Is Surrogacy Legal in California After the 2026 Framework Overhaul?

Yes, California is one of the most surrogacy-friendly states in the U.S., with statutes and case law explicitly permitting gestational surrogacy agreements. The state’s legal framework, reinforced by the Johnson v. Calvert (1993) precedent, upholds enforceable contracts between intended parents and surrogates, provided they comply with California Family Code § 7960–7962. Recent 2026 amendments to the Reproductive Health Equity Act further streamline judicial validation of surrogacy arrangements, requiring pre-birth orders for parental rights in most cases. The California Department of Public Health (CDPH) oversees vital records for surrogacy births, ensuring compliance with health and consent protocols.

Key Regulations for Surrogacy in California

  • Enforceable Contracts: Surrogacy agreements must be in writing, signed by all parties, and undergo judicial review under Fam.
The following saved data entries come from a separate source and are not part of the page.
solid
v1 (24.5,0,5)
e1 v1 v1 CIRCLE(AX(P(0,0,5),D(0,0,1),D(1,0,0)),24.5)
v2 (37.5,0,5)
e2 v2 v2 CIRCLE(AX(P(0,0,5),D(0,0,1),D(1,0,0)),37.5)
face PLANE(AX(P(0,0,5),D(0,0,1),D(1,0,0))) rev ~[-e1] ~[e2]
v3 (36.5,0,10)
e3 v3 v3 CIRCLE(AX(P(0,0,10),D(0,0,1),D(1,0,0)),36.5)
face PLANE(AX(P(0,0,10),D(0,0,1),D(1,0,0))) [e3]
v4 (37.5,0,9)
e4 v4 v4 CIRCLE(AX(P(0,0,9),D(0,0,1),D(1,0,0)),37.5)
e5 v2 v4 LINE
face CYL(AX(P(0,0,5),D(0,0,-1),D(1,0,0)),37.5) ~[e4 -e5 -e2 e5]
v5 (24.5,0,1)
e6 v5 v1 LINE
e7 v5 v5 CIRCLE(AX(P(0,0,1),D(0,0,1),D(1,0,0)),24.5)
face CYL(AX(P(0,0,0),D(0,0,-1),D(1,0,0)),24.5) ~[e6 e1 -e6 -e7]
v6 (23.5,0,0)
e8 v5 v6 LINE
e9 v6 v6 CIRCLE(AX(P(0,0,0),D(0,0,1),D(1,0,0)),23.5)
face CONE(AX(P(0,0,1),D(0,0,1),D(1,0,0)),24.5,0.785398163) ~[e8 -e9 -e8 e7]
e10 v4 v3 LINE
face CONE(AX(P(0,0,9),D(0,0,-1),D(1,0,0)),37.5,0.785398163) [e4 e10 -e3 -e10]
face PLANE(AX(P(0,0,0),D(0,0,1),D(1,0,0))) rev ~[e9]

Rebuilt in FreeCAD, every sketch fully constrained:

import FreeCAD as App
import Part
import Sketcher
from FreeCAD import Vector


def edges_at(feature, points):
    """Names of the edges that pass closest to the given points."""
    edges = feature.Shape.Edges
    near = lambda p: min(range(len(edges)), key=lambda i: edges[i].distToShape(Part.Vertex(*p))[0])
    return sorted({f"Edge{near(p) + 1}" for p in points})

doc = App.newDocument("Part")
body = doc.addObject("PartDesign::Body", "Body")

# Sketch on XY plane
sketch1 = body.newObject("Sketcher::SketchObject", "Sketch")
sketch1.AttachmentSupport = (doc.getObject("XY_Plane"), [""])
sketch1.MapMode = "FlatFace"
sketch1.addGeometry(Part.Circle(Vector(0, 0, 0), Vector(0, 0, 1), 24.5), False)
sketch1.addConstraint(Sketcher.Constraint("Coincident", 0, 3, -1, 1))
sketch1.addConstraint(Sketcher.Constraint("Diameter", 0, 49.0))
pad1 = body.newObject("PartDesign::Pad", "Pad")
pad1.Profile = sketch1
pad1.Length = 5

# Sketch on XY plane
sketch2 = body.newObject("Sketcher::SketchObject", "Sketch001")
sketch2.AttachmentSupport = (doc.getObject("XY_Plane"), [""])
sketch2.MapMode = "FlatFace"
sketch2.AttachmentOffset = App.Placement(Vector(0, 0, 5), App.Rotation())
sketch2.addGeometry(Part.Circle(Vector(0, 0, 0), Vector(0, 0, 1), 37.5), False)
sketch2.addConstraint(Sketcher.Constraint("Coincident", 0, 3, -1, 1))
sketch2.addConstraint(Sketcher.Constraint("Diameter", 0, 75.0))
pad2 = body.newObject("PartDesign::Pad", "Pad001")
pad2.Profile = sketch2
pad2.Length = 5
doc.recompute()

chamfer = body.newObject("PartDesign::Chamfer", "Chamfer")
chamfer.Base = (pad2, edges_at(pad2, [(-37.5, 0, 10)]))
chamfer.Size = 1
doc.recompute()

chamfer2 = body.newObject("PartDesign::Chamfer", "Chamfer001")
chamfer2.Base = (chamfer, edges_at(chamfer, [(-24.5, 0, 0)]))
chamfer2.Size = 1

doc.recompute()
Code § 7962. Compensation terms are strictly regulated to prevent coercion, with caps on “excessive” payments scrutinized by family courts.
  • Pre-Birth Orders: California courts routinely issue pre-birth parentage judgments, granting intended parents legal rights before the child’s birth. This process requires medical documentation of the surrogate’s gestational status and genetic ties (if applicable) to the intended parents.
  • Health and Insurance Mandates: Surrogates must undergo comprehensive medical and psychological evaluations, per CDPH guidelines. Intended parents are legally obligated to provide health insurance covering the surrogate’s prenatal care and delivery, with penalties for non-compliance enforced by the Surrogate Compensation and Protection Act (2024).

Violations of surrogacy statutes—such as unenforceable contracts or unauthorized compensation structures—risk invalidation of parental rights or civil penalties. Consultation with a California-licensed reproductive law attorney is advised to navigate evolving 2026 compliance requirements.